I managed to do some more work on my stone wall project before the next event of the evening: visiting Chris and Kirsti (the photogenic vegan Buddhists) at their place on Zena Road to check out their new hot tub. As it turned out, the hot tub wasn't the only big new expense. Since we'd been there last, they'd bought a four-wheel-drive Tesla. Much of our conversation in the hot tub was actually about Tesla as a lifestyle choice, including all the things you can do when your Tesla can be controlled by an app on your phone (Chris and Kirsti were particularly fond of the ability to pre-heat their car from a just-landed airplane.) There were other topics discussed in the hot tub as well, but they fall in the "what is said in the hot tub" category.
By now, a cold rain was falling, making it unpleasant to put much of my body above the water. But by keeping my body largely in the hot water, I was making myself ill. Eventually I'd had too much and clambered out, feeling a little weak on my feet.
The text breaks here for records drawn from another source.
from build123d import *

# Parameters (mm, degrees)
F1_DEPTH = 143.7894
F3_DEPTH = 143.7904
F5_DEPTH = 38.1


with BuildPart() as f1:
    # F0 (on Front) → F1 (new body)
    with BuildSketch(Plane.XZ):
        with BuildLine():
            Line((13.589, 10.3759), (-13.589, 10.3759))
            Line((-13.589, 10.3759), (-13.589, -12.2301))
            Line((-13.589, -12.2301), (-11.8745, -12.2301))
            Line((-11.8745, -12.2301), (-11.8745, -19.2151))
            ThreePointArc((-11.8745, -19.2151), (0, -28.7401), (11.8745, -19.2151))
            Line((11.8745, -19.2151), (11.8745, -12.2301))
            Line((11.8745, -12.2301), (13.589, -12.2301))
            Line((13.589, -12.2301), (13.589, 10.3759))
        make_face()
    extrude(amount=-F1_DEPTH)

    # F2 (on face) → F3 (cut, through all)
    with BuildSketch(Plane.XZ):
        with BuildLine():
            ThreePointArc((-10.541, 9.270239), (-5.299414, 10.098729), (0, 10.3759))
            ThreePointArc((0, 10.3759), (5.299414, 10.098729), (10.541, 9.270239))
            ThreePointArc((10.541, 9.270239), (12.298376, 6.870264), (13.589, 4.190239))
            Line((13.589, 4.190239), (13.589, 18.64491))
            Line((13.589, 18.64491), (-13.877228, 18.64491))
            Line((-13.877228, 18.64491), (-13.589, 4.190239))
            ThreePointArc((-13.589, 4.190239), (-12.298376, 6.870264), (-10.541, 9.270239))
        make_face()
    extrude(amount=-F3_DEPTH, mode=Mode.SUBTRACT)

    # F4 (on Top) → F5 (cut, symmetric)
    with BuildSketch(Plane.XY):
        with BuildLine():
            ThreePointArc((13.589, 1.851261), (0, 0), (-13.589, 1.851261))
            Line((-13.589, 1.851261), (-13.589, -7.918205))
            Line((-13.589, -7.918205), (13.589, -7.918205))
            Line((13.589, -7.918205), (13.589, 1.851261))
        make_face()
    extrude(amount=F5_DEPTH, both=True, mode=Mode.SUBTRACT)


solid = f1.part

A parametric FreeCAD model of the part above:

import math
import FreeCAD as App
import Part
import Sketcher
Q = App.Units.Quantity

doc = App.newDocument("Part")
body = doc.addObject("PartDesign::Body", "Body")

sketch1 = doc.addObject("Sketcher::SketchObject", "Sketch")
body.addObject(sketch1)
sketch1.AttachmentSupport = (doc.XZ_Plane, [""])
sketch1.MapMode = "FlatFace"
sketch1.addGeometry(Part.LineSegment(App.Vector(13.589, 10.3759, 0), App.Vector(-13.589, 10.3759, 0)), False)
sketch1.addGeometry(Part.LineSegment(App.Vector(-13.589, 10.3759, 0), App.Vector(-13.589, -12.2301, 0)), False)
sketch1.addGeometry(Part.LineSegment(App.Vector(-13.589, -12.2301, 0), App.Vector(-11.8745, -12.2301, 0)), False)
sketch1.addGeometry(Part.LineSegment(App.Vector(-11.8745, -12.2301, 0), App.Vector(-11.8745, -19.2151, 0)), False)
sketch1.addGeometry(Part.ArcOfCircle(Part.Circle(App.Vector(0, -16.575828, 0), App.Vector(0, 0, 1), 12.164272), math.radians(-167.468921), math.radians(-12.531079)), False)
sketch1.addGeometry(Part.LineSegment(App.Vector(11.8745, -19.2151, 0), App.Vector(11.8745, -12.2301, 0)), False)
sketch1.addGeometry(Part.LineSegment(App.Vector(11.8745, -12.2301, 0), App.Vector(13.589, -12.2301, 0)), False)
sketch1.addGeometry(Part.LineSegment(App.Vector(13.589, -12.2301, 0), App.Vector(13.589, 10.3759, 0)), False)
sketch1.addConstraint(Sketcher.Constraint("Coincident", 0, 2, 1, 1))
sketch1.addConstraint(Sketcher.Constraint("Coincident", 1, 2, 2, 1))
sketch1.addConstraint(Sketcher.Constraint("Coincident", 2, 2, 3, 1))
sketch1.addConstraint(Sketcher.Constraint("Coincident", 3, 2, 4, 1))
sketch1.addConstraint(Sketcher.Constraint("Coincident", 4, 2, 5, 1))
sketch1.addConstraint(Sketcher.Constraint("Coincident", 5, 2, 6, 1))
sketch1.addConstraint(Sketcher.Constraint("Coincident", 6, 2, 7, 1))
sketch1.addConstraint(Sketcher.Constraint("Coincident", 7, 2, 0, 1))
sketch1.addConstraint(Sketcher.Constraint("Horizontal", 0))
sketch1.addConstraint(Sketcher.Constraint("Vertical", 1))
sketch1.addConstraint(Sketcher.Constraint("Horizontal", 2))
sketch1.addConstraint(Sketcher.Constraint("Vertical", 3))
sketch1.addConstraint(Sketcher.Constraint("Vertical", 5))
sketch1.addConstraint(Sketcher.Constraint("Horizontal", 6))
sketch1.addConstraint(Sketcher.Constraint("Vertical", 7))
sketch1.addConstraint(Sketcher.Constraint("Symmetric", 3, 2, 4, 2, -2))
sketch1.addConstraint(Sketcher.Constraint("Symmetric", 1, 2, 6, 2, -2))
sketch1.addConstraint(Sketcher.Constraint("DistanceX", 0, 2, 0, 1, Q("1.07 in")))
sketch1.addConstraint(Sketcher.Constraint("DistanceY", 1, 2, 1, 1, Q("0.89 in")))
sketch1.addConstraint(Sketcher.Constraint("DistanceY", 3, 2, 3, 1, Q("0.275 in")))
sketch1.addConstraint(Sketcher.Constraint("DistanceX", 2, 1, 2, 2, Q("0.0675 in")))
sketch1.addConstraint(Sketcher.Constraint("Radius", 4, Q("12.164272 mm")))
sketch1.addConstraint(Sketcher.Constraint("DistanceY", -1, 1, 0, 2, Q("0.4085 in")))
pad1 = doc.addObject("PartDesign::Pad", "Pad")
body.addObject(pad1)
pad1.Profile = sketch1
pad1.Length = Q("5.661 in")
pad1.Reversed = True

sketch2 = doc.addObject("Sketcher::SketchObject", "Sketch001")
body.addObject(sketch2)
sketch2.AttachmentSupport = (doc.XZ_Plane, [""])
sketch2.MapMode = "FlatFace"
sketch2.addGeometry(Part.ArcOfCircle(Part.Circle(App.Vector(-0.000007, -40.424039, 0), App.Vector(0, 0, 1), 50.799939), math.radians(89.999992), math.radians(101.975893)), False)
sketch2.addGeometry(Part.ArcOfCircle(Part.Circle(App.Vector(0.000007, -40.424039, 0), App.Vector(0, 0, 1), 50.799939), math.radians(78.024107), math.radians(90.000008)), False)
sketch2.addGeometry(Part.ArcOfCircle(Part.Circle(App.Vector(-1.640657, -1.493155, 0), App.Vector(0, 0, 1), 16.255566), math.radians(20.464538), math.radians(41.462975)), False)
sketch2.addGeometry(Part.LineSegment(App.Vector(13.589, 4.190239, 0), App.Vector(13.589, 18.64491, 0)), False)
sketch2.addGeometry(Part.LineSegment(App.Vector(13.589, 18.64491, 0), App.Vector(-13.877228, 18.64491, 0)), False)
sketch2.addGeometry(Part.LineSegment(App.Vector(-13.877228, 18.64491, 0), App.Vector(-13.589, 4.190239, 0)), False)
sketch2.addGeometry(Part.ArcOfCircle(Part.Circle(App.Vector(1.640657, -1.493155, 0), App.Vector(0, 0, 1), 16.255566), math.radians(138.537025), math.radians(159.535462)), False)
sketch2.addConstraint(Sketcher.Constraint("Tangent", 0, 1, 1, 2))
sketch2.addConstraint(Sketcher.Constraint("Coincident", 1, 1, 2, 2))
sketch2.addConstraint(Sketcher.Constraint("Coincident", 2, 1, 3, 1))
sketch2.addConstraint(Sketcher.Constraint("Coincident", 3, 2, 4, 1))
sketch2.addConstraint(Sketcher.Constraint("Coincident", 4, 2, 5, 1))
sketch2.addConstraint(Sketcher.Constraint("Coincident", 5, 2, 6, 2))
sketch2.addConstraint(Sketcher.Constraint("Coincident", 6, 1, 0, 2))
sketch2.addConstraint(Sketcher.Constraint("Vertical", 3))
sketch2.addConstraint(Sketcher.Constraint("Horizontal", 4))
sketch2.addConstraint(Sketcher.Constraint("Equal", 0, 1))
sketch2.addConstraint(Sketcher.Constraint("Equal", 2, 6))
sketch2.addConstraint(Sketcher.Constraint("Symmetric", 2, 3, 6, 3, -2))
sketch2.addConstraint(Sketcher.Constraint("PointOnObject", 0, 1, -2))
sketch2.addConstraint(Sketcher.Constraint("Horizontal", 2, 1, 5, 2))
sketch2.addConstraint(Sketcher.Constraint("Horizontal", 1, 1, 6, 1))
sketch2.addConstraint(Sketcher.Constraint("DistanceY", 2, 1, 1, 1, Q("0.2 in")))
sketch2.addConstraint(Sketcher.Constraint("DistanceX", 1, 1, 2, 1, Q("0.12 in")))
sketch2.addConstraint(Sketcher.Constraint("DistanceX", 5, 2, 1, 1, Q("0.95 in")))
sketch2.addConstraint(Sketcher.Constraint("Radius", 0, Q("50.799939 mm")))
sketch2.addConstraint(Sketcher.Constraint("DistanceY", -1, 1, 0, 1, Q("0.4085 in")))
sketch2.addConstraint(Sketcher.Constraint("Radius", 2, Q("16.255566 mm")))
sketch2.addConstraint(Sketcher.Constraint("DistanceX", 4, 2, 4, 1, Q("27.466228 mm")))
sketch2.addConstraint(Sketcher.Constraint("DistanceY", 3, 1, 3, 2, Q("14.454671 mm")))
pocket1 = doc.addObject("PartDesign::Pocket", "Pocket")
body.addObject(pocket1)
pocket1.Profile = sketch2
pocket1.Type = "ThroughAll"

sketch3 = doc.addObject("Sketcher::SketchObject", "Sketch002")
body.addObject(sketch3)
sketch3.AttachmentSupport = (doc.XY_Plane, [""])
sketch3.MapMode = "FlatFace"
sketch3.addGeometry(Part.ArcOfCircle(Part.Circle(App.Vector(0, 50.799992, 0), App.Vector(0, 0, 1), 50.799992), math.radians(-105.515559), math.radians(-74.484441)), False)
sketch3.addGeometry(Part.LineSegment(App.Vector(-13.589, 1.851261, 0), App.Vector(-13.589, -7.918205, 0)), False)
sketch3.addGeometry(Part.LineSegment(App.Vector(-13.589, -7.918205, 0), App.Vector(13.589, -7.918205, 0)), False)
sketch3.addGeometry(Part.LineSegment(App.Vector(13.589, -7.918205, 0), App.Vector(13.589, 1.851261, 0)), False)
sketch3.addConstraint(Sketcher.Constraint("Coincident", 0, 1, 1, 1))
sketch3.addConstraint(Sketcher.Constraint("Coincident", 1, 2, 2, 1))
sketch3.addConstraint(Sketcher.Constraint("Coincident", 2, 2, 3, 1))
sketch3.addConstraint(Sketcher.Constraint("Coincident", 3, 2, 0, 2))
sketch3.addConstraint(Sketcher.Constraint("Vertical", 1))
sketch3.addConstraint(Sketcher.Constraint("Horizontal", 2))
sketch3.addConstraint(Sketcher.Constraint("Vertical", 3))
sketch3.addConstraint(Sketcher.Constraint("Symmetric", 0, 1, 3, 2, -2))
sketch3.addConstraint(Sketcher.Constraint("DistanceX", 2, 1, 2, 2, Q("1.07 in")))
sketch3.addConstraint(Sketcher.Constraint("Radius", 0, Q("50.799992 mm")))
sketch3.addConstraint(Sketcher.Constraint("DistanceY", 1, 2, 1, 1, Q("9.769466 mm")))
sketch3.addConstraint(Sketcher.Constraint("DistanceY", -1, 1, 0, 1, Q("1.851261 mm")))
pocket2 = doc.addObject("PartDesign::Pocket", "Pocket001")
body.addObject(pocket2)
pocket2.Profile = sketch3
pocket2.Length = Q("3 in")
pocket2.Midplane = True

doc.recompute()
I did the bare-minimum of toweling myself off and then lay down on a couch. I had a Gretchen drive us home, and she made it across that narrow steel plate bridge like a champ.
Together we (mostly Gretchen, actually) quickly threw together an Indian meal built around mushrooms, potatoes, kale, and a yellow "simmer sauce," an Indian curry we ate with rice.
Meanwhile, the dogs had been out in the forest for at least six hours, but by the time we came back from the hot tub, they were safely snuggling in our bed.


My walk back from the secret bathroom past the electric meters in the back of my building.


Pigeons on the smokestack and antennas atop my building. Actual fumes come out of that chimney, but nothing like what it was designed to handle.